*Cuando el poder usa un micrófono público para impulsar un producto personal, la línea entre la voz institucional y la promoción privada se vuelve borrosa. Y en esa borrosidad, lo que se diluye no es solo la ética, sino la confianza.
Por Enrique Hernández Alcazar
Palacio Nacional volvió a ser la escenografía de un espot comercial.
Claudia Sheinbaum presentó su primer libro desde el atril presidencial. No en una feria, ni en una universidad, ni en una librería, sino en su mañanera: ese templo del mensaje único, escenario diario del poder. Se llama Diario de una transición histórica y en la portada camina junto a Andrés Manuel López Obrador por los pasillos del otrora Palacio Virreinal.
Todo un símbolo: la continuidad hecha narrativa, el relato oficial convertido en mercancía.

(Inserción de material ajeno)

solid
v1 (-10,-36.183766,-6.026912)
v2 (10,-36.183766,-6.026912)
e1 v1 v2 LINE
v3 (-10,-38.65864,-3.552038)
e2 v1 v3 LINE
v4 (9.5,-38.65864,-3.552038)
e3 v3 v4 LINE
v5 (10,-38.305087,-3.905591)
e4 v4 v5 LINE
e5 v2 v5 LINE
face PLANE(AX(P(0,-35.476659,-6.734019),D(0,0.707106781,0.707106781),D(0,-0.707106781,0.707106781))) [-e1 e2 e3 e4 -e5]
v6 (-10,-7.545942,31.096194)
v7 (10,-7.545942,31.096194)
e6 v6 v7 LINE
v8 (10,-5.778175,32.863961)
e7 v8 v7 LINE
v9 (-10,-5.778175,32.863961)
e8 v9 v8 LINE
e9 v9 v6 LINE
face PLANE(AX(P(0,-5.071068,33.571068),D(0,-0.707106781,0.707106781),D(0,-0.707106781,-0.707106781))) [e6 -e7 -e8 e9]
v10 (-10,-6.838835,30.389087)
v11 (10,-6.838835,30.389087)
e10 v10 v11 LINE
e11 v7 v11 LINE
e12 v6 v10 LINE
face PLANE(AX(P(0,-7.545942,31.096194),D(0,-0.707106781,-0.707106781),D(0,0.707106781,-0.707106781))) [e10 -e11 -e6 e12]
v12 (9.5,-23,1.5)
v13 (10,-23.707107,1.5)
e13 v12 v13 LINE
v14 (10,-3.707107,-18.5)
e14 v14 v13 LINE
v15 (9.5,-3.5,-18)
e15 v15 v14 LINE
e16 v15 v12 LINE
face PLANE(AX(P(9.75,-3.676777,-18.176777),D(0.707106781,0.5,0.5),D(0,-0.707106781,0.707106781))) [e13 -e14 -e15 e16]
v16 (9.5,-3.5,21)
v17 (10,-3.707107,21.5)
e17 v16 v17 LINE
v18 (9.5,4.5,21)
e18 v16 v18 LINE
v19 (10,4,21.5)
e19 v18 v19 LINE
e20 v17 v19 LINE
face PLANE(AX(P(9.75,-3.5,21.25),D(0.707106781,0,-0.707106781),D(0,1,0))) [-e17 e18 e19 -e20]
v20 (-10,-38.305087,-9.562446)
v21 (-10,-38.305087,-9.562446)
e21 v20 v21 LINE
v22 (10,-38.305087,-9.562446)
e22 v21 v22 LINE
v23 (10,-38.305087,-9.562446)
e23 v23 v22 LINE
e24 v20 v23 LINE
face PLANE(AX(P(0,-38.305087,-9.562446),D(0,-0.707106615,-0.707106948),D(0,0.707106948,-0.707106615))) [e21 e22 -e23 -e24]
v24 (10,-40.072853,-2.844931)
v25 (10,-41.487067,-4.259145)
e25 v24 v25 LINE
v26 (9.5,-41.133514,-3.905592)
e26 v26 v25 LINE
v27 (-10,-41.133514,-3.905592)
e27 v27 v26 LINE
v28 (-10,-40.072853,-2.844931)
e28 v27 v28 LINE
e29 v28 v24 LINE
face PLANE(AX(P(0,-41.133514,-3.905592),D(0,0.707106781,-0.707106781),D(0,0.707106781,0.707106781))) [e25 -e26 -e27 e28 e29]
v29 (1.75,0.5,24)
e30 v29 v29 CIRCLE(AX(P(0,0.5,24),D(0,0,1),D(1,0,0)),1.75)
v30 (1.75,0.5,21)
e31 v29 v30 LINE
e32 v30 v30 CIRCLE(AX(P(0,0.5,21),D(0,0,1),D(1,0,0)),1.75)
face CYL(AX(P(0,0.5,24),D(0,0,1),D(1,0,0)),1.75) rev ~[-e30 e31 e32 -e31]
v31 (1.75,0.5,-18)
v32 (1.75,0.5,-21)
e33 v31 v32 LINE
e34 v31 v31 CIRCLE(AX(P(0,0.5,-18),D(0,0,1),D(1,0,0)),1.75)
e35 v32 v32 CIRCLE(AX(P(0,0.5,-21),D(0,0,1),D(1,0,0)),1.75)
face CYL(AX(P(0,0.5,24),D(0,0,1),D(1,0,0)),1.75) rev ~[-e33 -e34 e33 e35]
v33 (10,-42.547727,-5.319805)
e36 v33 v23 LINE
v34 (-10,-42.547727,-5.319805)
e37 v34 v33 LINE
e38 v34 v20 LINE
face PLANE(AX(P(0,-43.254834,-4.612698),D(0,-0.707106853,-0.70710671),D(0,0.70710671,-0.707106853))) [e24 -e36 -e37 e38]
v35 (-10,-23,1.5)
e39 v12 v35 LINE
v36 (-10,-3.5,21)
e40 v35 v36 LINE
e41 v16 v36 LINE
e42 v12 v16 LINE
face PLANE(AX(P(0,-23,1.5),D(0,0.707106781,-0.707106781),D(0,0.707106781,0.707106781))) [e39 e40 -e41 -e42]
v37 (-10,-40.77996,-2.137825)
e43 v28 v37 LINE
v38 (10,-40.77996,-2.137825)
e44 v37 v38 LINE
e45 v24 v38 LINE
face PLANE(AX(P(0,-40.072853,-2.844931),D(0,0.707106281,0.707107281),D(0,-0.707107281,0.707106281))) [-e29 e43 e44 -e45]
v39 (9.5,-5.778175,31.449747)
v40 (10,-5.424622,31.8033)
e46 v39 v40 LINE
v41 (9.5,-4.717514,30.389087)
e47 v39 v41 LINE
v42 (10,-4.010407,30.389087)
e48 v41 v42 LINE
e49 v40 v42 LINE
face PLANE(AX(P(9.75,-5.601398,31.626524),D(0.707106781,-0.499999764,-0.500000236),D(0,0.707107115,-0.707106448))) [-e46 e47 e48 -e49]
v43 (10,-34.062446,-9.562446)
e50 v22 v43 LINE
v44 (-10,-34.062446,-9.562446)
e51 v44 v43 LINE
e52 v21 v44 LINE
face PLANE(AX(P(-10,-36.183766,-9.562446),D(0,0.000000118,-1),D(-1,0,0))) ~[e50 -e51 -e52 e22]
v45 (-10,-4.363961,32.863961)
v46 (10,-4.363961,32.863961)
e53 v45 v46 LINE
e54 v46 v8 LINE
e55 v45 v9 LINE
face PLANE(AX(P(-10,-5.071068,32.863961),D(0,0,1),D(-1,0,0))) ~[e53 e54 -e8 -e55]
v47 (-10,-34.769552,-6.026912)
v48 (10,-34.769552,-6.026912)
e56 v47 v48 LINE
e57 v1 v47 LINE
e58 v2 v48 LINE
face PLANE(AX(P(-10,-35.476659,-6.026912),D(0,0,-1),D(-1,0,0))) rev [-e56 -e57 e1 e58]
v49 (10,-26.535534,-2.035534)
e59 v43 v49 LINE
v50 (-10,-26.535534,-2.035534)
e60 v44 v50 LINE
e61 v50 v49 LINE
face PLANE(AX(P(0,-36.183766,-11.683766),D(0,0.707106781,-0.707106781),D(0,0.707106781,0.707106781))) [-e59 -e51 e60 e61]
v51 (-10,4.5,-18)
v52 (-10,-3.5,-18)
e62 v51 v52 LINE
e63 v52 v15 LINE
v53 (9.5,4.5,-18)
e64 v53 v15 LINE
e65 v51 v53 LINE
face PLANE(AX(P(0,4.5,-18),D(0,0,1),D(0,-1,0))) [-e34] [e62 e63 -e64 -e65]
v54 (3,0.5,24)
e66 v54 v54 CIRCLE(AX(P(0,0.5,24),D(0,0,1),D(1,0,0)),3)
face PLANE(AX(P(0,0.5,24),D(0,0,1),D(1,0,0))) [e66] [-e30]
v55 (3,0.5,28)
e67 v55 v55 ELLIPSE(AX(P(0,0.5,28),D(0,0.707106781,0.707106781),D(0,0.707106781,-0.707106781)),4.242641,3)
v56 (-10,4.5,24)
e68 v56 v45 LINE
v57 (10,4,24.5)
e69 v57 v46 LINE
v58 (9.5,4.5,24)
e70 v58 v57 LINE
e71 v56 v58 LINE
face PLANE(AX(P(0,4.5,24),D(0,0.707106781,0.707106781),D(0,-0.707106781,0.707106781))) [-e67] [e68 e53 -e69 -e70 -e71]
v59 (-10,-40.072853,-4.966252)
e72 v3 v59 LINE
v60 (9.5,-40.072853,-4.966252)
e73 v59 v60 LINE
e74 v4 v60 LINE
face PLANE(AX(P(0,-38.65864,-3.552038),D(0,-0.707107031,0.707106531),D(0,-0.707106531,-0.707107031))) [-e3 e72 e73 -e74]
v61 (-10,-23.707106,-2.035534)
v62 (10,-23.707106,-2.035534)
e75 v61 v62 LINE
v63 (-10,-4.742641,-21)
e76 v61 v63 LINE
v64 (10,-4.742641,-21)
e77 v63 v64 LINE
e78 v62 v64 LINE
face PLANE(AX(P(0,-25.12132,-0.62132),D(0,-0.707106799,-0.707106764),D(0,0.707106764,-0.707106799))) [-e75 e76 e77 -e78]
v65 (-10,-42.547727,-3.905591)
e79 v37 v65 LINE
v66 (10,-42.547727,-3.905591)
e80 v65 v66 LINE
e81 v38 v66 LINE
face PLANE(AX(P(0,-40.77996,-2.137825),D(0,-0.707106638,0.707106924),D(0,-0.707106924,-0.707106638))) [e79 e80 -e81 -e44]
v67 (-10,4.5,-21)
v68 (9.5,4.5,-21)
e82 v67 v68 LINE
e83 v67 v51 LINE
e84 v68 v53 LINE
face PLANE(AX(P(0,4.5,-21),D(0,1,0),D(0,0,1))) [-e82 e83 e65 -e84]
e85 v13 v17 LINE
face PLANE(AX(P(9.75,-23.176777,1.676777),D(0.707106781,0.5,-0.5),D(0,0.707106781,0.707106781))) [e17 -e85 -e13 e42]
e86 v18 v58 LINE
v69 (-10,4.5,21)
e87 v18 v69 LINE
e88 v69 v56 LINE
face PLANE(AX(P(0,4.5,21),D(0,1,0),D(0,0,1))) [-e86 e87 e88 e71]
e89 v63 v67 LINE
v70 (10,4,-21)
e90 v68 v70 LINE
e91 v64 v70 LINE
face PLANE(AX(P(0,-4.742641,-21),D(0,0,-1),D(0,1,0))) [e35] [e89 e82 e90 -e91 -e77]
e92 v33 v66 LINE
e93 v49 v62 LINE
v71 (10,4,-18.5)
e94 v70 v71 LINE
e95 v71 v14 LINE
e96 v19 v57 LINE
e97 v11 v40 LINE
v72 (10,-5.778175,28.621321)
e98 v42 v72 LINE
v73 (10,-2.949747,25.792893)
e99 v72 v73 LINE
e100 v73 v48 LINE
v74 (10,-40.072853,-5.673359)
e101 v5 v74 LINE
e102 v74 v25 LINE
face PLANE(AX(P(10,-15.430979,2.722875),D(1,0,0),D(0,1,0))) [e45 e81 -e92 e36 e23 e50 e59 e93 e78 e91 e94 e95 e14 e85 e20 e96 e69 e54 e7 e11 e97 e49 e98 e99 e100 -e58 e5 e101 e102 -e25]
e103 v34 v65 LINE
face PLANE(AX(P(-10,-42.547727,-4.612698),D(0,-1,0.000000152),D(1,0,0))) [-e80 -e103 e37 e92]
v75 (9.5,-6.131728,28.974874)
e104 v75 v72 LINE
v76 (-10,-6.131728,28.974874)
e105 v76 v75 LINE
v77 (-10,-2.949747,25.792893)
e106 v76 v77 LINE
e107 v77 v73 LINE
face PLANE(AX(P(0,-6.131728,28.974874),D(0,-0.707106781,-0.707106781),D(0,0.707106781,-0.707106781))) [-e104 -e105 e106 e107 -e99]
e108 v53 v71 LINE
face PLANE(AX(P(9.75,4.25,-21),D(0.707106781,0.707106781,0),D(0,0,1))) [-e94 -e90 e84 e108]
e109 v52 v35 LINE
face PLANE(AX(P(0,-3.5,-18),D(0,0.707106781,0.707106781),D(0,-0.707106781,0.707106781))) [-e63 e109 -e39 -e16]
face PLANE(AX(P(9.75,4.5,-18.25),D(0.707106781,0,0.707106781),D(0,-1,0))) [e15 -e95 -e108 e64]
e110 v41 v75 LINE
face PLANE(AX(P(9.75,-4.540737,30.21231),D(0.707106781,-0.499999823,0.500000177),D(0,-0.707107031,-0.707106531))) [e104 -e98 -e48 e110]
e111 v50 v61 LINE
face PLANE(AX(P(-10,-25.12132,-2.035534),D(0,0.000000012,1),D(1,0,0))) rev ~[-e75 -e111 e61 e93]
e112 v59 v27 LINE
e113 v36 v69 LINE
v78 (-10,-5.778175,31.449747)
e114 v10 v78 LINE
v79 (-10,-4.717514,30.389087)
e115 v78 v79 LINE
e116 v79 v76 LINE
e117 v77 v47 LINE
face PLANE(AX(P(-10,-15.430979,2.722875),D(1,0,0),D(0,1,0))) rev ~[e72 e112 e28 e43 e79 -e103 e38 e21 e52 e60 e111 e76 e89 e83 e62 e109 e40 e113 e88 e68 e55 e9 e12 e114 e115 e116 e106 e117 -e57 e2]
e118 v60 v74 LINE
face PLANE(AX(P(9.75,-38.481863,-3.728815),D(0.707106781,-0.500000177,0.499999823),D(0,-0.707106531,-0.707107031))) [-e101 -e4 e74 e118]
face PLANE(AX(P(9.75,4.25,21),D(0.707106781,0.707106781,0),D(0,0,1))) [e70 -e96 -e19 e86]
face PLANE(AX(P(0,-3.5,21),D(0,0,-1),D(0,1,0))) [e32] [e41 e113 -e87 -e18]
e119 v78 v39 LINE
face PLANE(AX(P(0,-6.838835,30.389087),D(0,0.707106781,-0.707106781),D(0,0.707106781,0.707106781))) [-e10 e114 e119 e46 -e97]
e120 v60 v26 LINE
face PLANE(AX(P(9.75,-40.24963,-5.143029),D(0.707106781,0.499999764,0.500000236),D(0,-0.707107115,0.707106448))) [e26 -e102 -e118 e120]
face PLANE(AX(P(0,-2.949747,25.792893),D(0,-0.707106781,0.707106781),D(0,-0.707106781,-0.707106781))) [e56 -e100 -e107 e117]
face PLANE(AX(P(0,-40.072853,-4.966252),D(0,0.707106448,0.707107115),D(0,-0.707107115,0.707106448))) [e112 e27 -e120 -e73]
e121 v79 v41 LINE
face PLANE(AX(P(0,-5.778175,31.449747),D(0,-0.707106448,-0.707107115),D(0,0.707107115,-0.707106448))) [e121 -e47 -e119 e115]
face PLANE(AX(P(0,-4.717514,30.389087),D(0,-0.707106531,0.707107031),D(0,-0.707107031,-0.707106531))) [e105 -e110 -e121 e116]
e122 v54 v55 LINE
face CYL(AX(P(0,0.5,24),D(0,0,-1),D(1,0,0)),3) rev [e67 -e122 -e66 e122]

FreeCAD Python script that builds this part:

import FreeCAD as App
import Part
import Sketcher
Q = App.Units.Quantity


def edges_at(feature, points):
    """Names of the edges that pass closest to the given points."""
    edges = feature.Shape.Edges
    near = lambda p: min(range(len(edges)), key=lambda i: edges[i].distToShape(Part.Vertex(*p))[0])
    return sorted({f"Edge{near(p) + 1}" for p in points})

doc = App.newDocument("Part")
params = doc.addObject("Spreadsheet::Sheet", "Params")
for row, (alias, value) in enumerate([
    ("sketch1_diameter", "6 mm"),
    ("pad1_length", "10 mm"),
    ("sketch2_width", "8 mm"),
    ("sketch2_height", "3 mm"),
    ("sketch2_length", "1 mm"),
    ("sketch2_length2", "2 mm"),
    ("sketch2_length3", "46 mm"),
    ("pad2_length", "20 mm"),
    ("sketch3_diameter", "3.5 mm"),
    ("chamfer_size", "3 mm"),
    ("chamfer2_size", "2 mm"),
    ("chamfer3_size", "1 mm"),
    ("chamfer4_size", "0.5 mm"),
], start=1):
    params.set(f"A{row}", alias)
    params.set(f"B{row}", "=" + value)
    params.setAlias(f"B{row}", alias)

body = doc.addObject("PartDesign::Body", "Body")

# Sketch on XY plane
sketch1 = body.newObject("Sketcher::SketchObject", "Sketch")
sketch1.AttachmentSupport = (doc.getObject("XY_Plane"), [""])
sketch1.MapMode = "FlatFace"
sketch1.AttachmentOffset = App.Placement(App.Vector(0, 0, 24), App.Rotation())
sketch1.addGeometry(Part.Circle(App.Vector(0, 0.5, 0), App.Vector(0, 0, 1), 3), False)
sketch1.addConstraint([
    Sketcher.Constraint("PointOnObject", 0, 3, -2),
    Sketcher.Constraint("Diameter", 0, Q("6 mm")),
    Sketcher.Constraint("DistanceY", -1, 1, 0, 3, Q("0.5 mm")),
])
sketch1.setExpression("Constraints[1]", "Params.sketch1_diameter")
pad1 = body.newObject("PartDesign::Pad", "Pad")
pad1.Profile = sketch1
pad1.setExpression("Length", "Params.pad1_length")
body2 = doc.addObject("PartDesign::Body", "Body001")

# Sketch on YZ plane
sketch2 = body2.newObject("Sketcher::SketchObject", "Sketch001")
sketch2.AttachmentSupport = (doc.getObject("YZ_Plane001"), [""])
sketch2.MapMode = "FlatFace"
sketch2.addGeometry([
    Part.LineSegment(App.Vector(4.5, 21, 0), App.Vector(4.5, 24, 0)),  # 0
    Part.LineSegment(App.Vector(4.5, 24, 0), App.Vector(-5.1, 33.6, 0)),  # 1
    Part.LineSegment(App.Vector(-5.1, 33.6, 0), App.Vector(-7.5, 31.1, 0)),  # 2
    Part.LineSegment(App.Vector(-7.5, 31.1, 0), App.Vector(-6.8, 30.4, 0)),  # 3
    Part.LineSegment(App.Vector(-6.8, 30.4, 0), App.Vector(-5.8, 31.4, 0)),  # 4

Igual que AMLO, Sheinbaum va por el camino de exhibir sus libros en la conferencia matutina. El problema no es que la presidenta escriba, sino el lugar y la forma en que lo promociona. La conferencia matutina no es suya. Es del pueblo. De hecho, así la bautizó desde el 1 de octubre de 2024: “La mañanera del pueblo”. Un espacio financiado con recursos públicos para rendir cuentas, no para anunciar publicaciones personales.
Este dilema no es legal —no creo que alguien la vaya a sancionar por ello—, sino ético. El Código de Ética de la Administración Pública es claro: ningún servidor público debe utilizar su posición para obtener beneficios privados. Y aunque la presidenta insista en que su intención es compartir su visión política, la pregunta persiste: ¿quién paga la promoción?
Si el libro se vende en librerías, si genera regalías, entonces existe un interés económico. Por más que se disimule bajo la bandera de la libertad de expresión.
Recuerdo que el propio AMLO llegó a mostrar los varios millones de pesos que obtuvo por las regalías de sus libros. Y lo hizo también en plena mañanera, donde presentaba sus nuevas publicaciones. Alguna vez me dijo en entrevista que las regalías no las cobraba él, sino Beatriz Gutiérrez Müller —su esposa—, quien le prestaba sus recibos de honorarios.
En la sinopsis del libro, Sheinbaum dedica su obra a López Obrador: “un líder que supo encabezar el rumbo de un pueblo decidido a cambiar su destino”. El texto suena más a testimonio de fe que a reflexión crítica. Pero lo verdaderamente relevante es que la autora de ese homenaje ocupa hoy el mismo cargo que el homenajeado. ¿Puede un presidente convertirse en cronista de su propio poder sin caer en la propaganda? ¿Puede usar el púlpito nacional para promover su diario personal?
En un país donde los funcionarios regalan sus biografías como souvenirs del poder, el caso Sheinbaum vuelve a poner sobre la mesa un debate necesario: ¿dónde termina la comunicación institucional y dónde empieza el culto a la personalidad? Porque una cosa es explicar políticas públicas y otra muy distinta es colocar tu propio libro en el escaparate de la nación.
Algunos justificarán el gesto bajo el argumento de la transparencia: “Es parte de su proyecto de país”, dirán. Pero la transparencia no consiste en contar tu historia, sino en rendir cuentas. El poder no se transparenta a través de una portada con AMLO, sino mediante datos, resultados y respuestas. Y hasta ahora, las mañaneras han servido más para la narrativa que para la rendición.
“Este es el diario de uno de los momentos más extraordinarios que entrelazan mi vida con la historia de nuestro país”, dice Sheinbaum. Tal vez. Pero ese entrelazamiento —vida, historia, poder— es justo lo que exige mayor prudencia. Porque cuando la historia se escribe desde el poder y se vende en librerías, deja de ser memoria y se convierte en mercancía política.
El libro, al final, no es lo que preocupa. Es el escenario. La presidencia no debería ser editorial, imprenta ni punto de venta. No puede ser escaparate ni vitrina del ego. Y aunque el relato oficial busque perpetuar la “transición histórica”, lo que vimos hoy fue otra cosa: la continuidad del viejo reflejo de un poder que se mira al espejo y aplaude su propia imagen.
Cuando el poder usa un micrófono público para impulsar un producto personal, la línea entre la voz institucional y la promoción privada se vuelve borrosa. Y en esa borrosidad, lo que se diluye no es solo la ética, sino la confianza.